#### DATASET ENTRIES:
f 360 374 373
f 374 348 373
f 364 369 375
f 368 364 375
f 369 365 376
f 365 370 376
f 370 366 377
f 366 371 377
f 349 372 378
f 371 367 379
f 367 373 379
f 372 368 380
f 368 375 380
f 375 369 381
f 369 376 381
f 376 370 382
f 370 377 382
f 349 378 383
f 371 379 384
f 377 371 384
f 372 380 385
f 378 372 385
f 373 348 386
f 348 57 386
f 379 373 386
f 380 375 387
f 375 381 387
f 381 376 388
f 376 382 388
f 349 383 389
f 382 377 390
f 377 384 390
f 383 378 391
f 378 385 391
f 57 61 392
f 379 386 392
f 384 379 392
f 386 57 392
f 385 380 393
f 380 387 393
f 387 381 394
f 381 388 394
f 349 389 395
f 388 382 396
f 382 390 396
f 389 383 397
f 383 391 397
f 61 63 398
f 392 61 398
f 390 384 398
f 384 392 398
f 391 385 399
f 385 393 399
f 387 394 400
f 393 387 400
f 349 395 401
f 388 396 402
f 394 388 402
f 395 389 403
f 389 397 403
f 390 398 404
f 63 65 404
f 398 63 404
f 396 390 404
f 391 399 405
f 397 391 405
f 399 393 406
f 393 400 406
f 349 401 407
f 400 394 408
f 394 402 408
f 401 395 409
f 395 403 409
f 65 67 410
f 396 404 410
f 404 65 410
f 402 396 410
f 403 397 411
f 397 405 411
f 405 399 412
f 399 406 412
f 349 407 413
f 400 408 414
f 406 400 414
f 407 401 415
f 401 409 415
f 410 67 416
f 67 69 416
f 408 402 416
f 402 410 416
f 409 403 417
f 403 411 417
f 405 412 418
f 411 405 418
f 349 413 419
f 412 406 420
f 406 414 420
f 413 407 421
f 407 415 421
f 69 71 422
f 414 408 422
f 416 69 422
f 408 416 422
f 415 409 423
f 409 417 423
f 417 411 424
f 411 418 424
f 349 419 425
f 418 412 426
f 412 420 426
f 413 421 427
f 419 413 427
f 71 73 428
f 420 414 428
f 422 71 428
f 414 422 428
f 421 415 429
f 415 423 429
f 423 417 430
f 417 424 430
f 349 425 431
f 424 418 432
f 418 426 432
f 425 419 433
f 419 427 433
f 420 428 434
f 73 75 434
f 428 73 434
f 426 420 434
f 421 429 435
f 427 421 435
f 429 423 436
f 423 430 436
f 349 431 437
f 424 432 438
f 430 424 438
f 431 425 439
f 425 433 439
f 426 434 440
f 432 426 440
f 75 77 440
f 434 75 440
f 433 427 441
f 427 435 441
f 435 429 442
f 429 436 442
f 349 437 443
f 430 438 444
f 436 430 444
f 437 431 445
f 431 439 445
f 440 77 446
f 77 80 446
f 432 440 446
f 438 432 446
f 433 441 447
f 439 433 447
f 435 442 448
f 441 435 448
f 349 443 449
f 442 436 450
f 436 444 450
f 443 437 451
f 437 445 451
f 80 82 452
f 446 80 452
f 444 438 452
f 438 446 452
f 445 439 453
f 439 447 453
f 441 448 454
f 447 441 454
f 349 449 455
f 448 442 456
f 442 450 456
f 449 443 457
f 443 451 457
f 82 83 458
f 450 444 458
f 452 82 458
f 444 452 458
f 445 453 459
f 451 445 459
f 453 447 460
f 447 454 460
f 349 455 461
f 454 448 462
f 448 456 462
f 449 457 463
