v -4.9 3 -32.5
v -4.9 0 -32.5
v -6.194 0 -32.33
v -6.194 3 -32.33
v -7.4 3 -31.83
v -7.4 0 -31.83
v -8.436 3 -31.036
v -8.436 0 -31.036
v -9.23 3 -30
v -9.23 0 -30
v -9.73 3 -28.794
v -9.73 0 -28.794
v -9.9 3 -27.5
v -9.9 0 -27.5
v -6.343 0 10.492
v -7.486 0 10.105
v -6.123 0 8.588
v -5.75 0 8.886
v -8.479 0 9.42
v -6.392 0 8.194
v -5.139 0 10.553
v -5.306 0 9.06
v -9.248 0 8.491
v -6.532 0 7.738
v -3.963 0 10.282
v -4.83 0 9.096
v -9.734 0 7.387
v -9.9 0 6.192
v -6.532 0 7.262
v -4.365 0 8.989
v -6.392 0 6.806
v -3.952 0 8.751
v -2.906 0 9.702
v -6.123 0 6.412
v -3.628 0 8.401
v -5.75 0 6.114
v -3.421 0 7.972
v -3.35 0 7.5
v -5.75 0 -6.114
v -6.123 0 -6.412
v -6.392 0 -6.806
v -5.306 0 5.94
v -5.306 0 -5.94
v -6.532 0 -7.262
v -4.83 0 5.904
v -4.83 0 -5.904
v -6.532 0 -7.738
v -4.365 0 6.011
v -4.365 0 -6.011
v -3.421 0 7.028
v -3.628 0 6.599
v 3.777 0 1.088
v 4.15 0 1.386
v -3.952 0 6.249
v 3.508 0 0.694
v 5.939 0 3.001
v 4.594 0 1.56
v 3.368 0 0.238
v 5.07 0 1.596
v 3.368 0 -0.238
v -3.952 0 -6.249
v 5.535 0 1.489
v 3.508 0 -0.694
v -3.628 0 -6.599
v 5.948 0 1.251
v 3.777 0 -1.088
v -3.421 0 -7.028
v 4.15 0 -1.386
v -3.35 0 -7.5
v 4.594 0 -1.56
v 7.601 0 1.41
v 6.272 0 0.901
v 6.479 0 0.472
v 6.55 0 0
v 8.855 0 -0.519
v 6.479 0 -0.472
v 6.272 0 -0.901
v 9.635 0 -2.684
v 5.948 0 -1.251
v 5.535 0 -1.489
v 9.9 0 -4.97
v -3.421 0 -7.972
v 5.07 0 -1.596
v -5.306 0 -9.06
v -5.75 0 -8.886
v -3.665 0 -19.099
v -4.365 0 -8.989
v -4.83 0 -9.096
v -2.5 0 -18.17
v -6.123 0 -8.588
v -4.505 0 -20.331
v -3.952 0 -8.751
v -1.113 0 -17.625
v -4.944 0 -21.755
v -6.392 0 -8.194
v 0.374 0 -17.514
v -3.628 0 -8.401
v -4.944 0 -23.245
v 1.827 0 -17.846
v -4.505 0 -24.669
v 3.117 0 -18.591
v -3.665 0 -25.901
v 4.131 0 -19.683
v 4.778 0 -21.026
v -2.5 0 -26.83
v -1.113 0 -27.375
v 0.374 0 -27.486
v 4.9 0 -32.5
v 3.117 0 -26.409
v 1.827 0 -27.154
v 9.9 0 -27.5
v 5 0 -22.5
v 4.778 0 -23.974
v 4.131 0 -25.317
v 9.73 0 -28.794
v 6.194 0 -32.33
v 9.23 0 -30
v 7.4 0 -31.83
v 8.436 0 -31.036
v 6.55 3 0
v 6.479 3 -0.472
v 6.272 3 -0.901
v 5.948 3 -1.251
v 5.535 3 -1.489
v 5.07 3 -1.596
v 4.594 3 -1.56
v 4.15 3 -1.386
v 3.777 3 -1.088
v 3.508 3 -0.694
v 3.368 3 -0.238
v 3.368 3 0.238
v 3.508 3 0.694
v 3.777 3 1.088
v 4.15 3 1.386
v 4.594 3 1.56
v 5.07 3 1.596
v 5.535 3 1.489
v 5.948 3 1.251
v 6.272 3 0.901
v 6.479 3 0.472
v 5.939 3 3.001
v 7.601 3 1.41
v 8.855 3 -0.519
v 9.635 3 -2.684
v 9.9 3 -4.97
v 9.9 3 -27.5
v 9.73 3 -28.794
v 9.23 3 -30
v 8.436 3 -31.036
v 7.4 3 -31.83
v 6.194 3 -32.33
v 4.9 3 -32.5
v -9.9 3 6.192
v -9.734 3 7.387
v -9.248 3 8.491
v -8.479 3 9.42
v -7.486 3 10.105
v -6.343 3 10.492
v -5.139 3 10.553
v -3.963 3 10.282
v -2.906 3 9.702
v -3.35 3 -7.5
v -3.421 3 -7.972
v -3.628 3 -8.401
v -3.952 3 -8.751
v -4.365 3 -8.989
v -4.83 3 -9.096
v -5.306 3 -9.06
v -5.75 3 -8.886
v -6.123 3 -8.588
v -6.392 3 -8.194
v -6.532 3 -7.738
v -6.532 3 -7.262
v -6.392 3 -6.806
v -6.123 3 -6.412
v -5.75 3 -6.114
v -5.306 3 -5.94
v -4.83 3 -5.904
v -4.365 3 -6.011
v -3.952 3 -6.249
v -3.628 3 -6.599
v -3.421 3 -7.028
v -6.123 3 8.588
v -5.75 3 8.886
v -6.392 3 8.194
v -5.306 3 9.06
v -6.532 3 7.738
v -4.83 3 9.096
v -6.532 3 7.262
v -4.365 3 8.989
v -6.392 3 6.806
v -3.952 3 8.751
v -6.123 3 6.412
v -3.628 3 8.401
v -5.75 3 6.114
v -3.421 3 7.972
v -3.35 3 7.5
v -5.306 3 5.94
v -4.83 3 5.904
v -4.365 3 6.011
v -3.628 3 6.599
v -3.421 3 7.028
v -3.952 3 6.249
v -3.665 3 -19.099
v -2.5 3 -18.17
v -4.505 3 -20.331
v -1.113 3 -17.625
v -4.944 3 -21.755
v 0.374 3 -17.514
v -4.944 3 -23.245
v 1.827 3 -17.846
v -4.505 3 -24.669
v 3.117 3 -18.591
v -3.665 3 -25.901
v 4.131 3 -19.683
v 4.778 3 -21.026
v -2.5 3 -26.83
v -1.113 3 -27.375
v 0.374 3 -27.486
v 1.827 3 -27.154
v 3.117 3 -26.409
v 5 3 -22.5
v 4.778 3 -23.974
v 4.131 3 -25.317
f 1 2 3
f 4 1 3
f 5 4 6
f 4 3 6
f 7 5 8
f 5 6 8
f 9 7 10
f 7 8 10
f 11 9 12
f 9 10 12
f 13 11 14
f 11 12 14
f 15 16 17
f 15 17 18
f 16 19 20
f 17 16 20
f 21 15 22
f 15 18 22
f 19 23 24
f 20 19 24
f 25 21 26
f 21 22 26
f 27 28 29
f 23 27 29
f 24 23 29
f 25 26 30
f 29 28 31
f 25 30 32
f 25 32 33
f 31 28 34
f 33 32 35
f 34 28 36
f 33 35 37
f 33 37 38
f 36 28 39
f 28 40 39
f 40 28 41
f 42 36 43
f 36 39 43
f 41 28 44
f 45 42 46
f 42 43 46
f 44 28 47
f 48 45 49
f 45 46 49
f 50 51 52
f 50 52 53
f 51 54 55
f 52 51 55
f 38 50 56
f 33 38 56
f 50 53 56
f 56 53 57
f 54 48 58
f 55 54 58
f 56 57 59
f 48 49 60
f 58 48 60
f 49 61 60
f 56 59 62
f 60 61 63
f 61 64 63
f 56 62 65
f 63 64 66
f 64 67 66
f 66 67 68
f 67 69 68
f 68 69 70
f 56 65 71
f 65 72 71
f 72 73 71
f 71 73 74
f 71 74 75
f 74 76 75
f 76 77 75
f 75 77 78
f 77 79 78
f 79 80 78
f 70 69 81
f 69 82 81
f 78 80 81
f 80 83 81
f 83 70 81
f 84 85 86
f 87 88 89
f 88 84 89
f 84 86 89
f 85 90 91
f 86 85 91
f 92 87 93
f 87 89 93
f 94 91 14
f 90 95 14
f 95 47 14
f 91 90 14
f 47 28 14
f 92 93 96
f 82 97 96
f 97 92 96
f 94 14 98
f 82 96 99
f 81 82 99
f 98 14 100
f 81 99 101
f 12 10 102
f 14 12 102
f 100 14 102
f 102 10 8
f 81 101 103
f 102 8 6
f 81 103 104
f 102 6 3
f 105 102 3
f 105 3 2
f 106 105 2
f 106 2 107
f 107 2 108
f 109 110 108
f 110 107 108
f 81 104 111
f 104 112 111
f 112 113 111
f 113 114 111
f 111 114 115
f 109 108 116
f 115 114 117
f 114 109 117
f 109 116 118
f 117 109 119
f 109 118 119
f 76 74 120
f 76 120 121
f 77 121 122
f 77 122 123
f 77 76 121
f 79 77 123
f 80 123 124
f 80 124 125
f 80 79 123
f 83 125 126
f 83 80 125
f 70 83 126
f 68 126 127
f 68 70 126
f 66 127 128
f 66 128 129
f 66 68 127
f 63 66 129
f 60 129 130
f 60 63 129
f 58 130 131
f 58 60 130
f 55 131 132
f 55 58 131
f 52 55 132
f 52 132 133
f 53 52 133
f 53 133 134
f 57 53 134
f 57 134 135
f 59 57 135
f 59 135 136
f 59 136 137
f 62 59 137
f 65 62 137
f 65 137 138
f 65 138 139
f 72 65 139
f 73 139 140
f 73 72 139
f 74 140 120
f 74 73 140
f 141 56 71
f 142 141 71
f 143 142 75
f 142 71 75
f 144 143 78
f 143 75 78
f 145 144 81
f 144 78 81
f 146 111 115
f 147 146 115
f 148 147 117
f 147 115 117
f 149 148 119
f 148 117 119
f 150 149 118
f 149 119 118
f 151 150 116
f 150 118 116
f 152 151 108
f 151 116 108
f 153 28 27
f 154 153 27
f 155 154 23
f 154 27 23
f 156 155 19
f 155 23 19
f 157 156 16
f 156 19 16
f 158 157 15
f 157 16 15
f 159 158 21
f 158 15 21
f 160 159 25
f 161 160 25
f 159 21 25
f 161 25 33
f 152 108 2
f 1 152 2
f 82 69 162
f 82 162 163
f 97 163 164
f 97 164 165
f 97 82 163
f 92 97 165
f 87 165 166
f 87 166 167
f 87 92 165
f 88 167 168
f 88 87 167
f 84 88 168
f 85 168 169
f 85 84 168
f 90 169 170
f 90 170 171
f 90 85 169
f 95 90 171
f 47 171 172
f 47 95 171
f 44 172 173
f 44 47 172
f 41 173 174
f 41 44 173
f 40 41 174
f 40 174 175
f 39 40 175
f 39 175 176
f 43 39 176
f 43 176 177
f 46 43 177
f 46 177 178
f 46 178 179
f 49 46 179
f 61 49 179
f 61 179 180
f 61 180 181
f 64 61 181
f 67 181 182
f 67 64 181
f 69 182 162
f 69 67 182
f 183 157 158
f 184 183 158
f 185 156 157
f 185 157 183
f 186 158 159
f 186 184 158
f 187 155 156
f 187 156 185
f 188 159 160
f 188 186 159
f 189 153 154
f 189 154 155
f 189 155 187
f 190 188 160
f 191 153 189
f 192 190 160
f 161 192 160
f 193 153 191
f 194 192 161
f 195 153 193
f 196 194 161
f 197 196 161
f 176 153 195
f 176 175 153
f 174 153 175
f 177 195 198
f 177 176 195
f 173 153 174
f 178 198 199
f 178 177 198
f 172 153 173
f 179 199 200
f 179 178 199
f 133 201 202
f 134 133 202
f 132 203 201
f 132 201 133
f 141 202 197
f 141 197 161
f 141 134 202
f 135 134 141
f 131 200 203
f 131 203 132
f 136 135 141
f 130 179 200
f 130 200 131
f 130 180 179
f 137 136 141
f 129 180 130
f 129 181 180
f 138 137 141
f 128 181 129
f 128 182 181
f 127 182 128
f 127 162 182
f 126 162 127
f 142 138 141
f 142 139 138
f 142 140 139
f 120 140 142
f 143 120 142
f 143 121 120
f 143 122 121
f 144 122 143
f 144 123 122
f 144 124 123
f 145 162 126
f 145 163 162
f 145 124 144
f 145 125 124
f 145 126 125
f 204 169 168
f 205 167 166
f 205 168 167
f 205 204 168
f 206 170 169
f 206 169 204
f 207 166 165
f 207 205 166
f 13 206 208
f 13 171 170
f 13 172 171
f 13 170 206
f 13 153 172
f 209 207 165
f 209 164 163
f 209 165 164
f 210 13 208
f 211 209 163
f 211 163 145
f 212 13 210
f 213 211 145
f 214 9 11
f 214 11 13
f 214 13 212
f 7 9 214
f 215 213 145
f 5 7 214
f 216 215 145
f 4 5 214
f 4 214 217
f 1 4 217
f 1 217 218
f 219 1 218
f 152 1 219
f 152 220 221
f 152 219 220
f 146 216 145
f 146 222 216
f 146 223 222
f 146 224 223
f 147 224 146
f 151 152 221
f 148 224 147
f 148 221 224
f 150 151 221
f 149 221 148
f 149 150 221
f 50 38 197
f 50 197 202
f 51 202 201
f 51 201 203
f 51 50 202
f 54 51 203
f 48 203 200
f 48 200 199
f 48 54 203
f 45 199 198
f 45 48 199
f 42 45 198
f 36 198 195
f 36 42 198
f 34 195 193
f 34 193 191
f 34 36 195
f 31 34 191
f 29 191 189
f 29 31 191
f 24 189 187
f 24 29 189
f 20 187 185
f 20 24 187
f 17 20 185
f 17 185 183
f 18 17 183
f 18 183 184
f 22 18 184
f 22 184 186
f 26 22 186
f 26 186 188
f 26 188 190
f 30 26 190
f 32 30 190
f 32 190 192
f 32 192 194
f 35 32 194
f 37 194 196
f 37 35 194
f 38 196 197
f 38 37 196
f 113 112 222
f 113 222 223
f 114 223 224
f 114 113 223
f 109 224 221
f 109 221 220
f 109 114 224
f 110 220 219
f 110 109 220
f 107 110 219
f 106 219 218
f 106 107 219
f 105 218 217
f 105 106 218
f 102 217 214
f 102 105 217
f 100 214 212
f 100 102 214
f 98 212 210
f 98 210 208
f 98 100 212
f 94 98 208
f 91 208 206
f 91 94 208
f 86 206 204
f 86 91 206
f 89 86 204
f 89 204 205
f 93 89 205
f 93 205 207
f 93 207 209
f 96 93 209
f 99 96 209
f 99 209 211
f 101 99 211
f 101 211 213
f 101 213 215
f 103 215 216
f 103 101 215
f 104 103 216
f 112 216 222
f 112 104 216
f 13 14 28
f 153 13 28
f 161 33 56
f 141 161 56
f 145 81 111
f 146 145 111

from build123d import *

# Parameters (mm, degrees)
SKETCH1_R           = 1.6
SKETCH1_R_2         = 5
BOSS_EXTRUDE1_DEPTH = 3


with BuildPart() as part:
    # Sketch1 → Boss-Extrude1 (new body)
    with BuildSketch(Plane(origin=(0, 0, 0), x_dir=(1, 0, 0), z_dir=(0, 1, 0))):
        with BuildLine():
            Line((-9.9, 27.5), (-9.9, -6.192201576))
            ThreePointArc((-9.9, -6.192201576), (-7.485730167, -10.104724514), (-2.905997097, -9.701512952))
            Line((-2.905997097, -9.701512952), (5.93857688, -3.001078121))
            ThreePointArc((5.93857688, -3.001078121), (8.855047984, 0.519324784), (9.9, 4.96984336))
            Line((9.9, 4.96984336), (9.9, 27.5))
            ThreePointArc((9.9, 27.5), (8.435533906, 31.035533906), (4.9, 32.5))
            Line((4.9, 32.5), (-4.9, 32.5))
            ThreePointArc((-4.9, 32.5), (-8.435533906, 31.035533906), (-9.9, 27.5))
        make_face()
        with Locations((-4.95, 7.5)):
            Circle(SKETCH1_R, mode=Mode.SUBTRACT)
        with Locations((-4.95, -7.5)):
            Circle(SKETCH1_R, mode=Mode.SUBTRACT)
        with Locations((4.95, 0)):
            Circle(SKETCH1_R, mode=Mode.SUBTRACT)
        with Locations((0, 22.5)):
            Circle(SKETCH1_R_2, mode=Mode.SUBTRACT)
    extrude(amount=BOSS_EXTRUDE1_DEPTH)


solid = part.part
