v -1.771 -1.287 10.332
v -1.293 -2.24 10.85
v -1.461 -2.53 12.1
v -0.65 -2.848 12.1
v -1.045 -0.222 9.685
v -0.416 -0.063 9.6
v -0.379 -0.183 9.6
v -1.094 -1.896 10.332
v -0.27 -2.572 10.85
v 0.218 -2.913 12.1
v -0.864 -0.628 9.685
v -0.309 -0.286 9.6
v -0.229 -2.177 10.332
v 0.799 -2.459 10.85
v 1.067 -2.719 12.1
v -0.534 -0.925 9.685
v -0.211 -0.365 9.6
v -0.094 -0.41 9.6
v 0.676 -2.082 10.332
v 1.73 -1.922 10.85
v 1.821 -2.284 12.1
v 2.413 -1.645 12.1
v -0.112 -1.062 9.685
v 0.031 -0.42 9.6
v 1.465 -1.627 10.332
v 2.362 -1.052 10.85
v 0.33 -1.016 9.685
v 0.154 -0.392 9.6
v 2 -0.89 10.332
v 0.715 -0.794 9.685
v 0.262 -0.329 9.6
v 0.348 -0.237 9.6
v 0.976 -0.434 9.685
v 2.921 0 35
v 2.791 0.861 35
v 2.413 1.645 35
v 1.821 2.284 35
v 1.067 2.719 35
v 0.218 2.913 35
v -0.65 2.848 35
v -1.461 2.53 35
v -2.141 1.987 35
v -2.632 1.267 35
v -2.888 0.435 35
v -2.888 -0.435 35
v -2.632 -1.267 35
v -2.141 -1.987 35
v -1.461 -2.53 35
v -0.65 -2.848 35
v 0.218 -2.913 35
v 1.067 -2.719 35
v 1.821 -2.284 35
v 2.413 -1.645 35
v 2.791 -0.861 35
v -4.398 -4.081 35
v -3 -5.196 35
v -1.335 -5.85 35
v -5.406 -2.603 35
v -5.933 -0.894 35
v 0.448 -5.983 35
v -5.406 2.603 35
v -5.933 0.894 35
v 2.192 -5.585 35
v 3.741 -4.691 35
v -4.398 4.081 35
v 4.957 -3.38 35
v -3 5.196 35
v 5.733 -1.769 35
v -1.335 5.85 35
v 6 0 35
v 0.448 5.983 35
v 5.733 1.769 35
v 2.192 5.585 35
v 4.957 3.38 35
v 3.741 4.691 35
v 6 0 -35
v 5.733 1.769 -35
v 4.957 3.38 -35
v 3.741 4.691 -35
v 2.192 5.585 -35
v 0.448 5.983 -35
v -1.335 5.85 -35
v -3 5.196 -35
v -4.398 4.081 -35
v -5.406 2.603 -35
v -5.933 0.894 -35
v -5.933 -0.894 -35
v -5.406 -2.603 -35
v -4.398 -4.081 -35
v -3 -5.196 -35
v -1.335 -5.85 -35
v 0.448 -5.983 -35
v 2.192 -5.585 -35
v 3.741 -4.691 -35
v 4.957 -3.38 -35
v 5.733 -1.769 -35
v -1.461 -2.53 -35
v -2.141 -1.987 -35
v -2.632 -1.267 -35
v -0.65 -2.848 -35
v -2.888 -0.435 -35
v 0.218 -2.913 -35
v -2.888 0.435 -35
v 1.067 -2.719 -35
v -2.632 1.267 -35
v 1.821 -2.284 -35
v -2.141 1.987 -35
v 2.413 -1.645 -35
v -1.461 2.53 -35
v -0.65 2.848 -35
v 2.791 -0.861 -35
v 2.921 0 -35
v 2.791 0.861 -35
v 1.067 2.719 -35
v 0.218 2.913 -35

#### WHAT THE TASK REQUIRES:
Among the entries above, the line containing "v 2.791 -0.861 35", the line containing "v -1.335 5.85 -35", and all lines between them are to be restated word for word; nothing else belongs in the reply.

#### EXERCISE OUTPUT:
v 2.791 -0.861 35
v -4.398 -4.081 35
v -3 -5.196 35
v -1.335 -5.85 35
v -5.406 -2.603 35
v -5.933 -0.894 35
v 0.448 -5.983 35
v -5.406 2.603 35
v -5.933 0.894 35
v 2.192 -5.585 35
v 3.741 -4.691 35
v -4.398 4.081 35
v 4.957 -3.38 35
v -3 5.196 35
v 5.733 -1.769 35
v -1.335 5.85 35
v 6 0 35
v 0.448 5.983 35
v 5.733 1.769 35
v 2.192 5.585 35
v 4.957 3.38 35
v 3.741 4.691 35
v 6 0 -35
v 5.733 1.769 -35
v 4.957 3.38 -35
v 3.741 4.691 -35
v 2.192 5.585 -35
v 0.448 5.983 -35
v -1.335 5.85 -35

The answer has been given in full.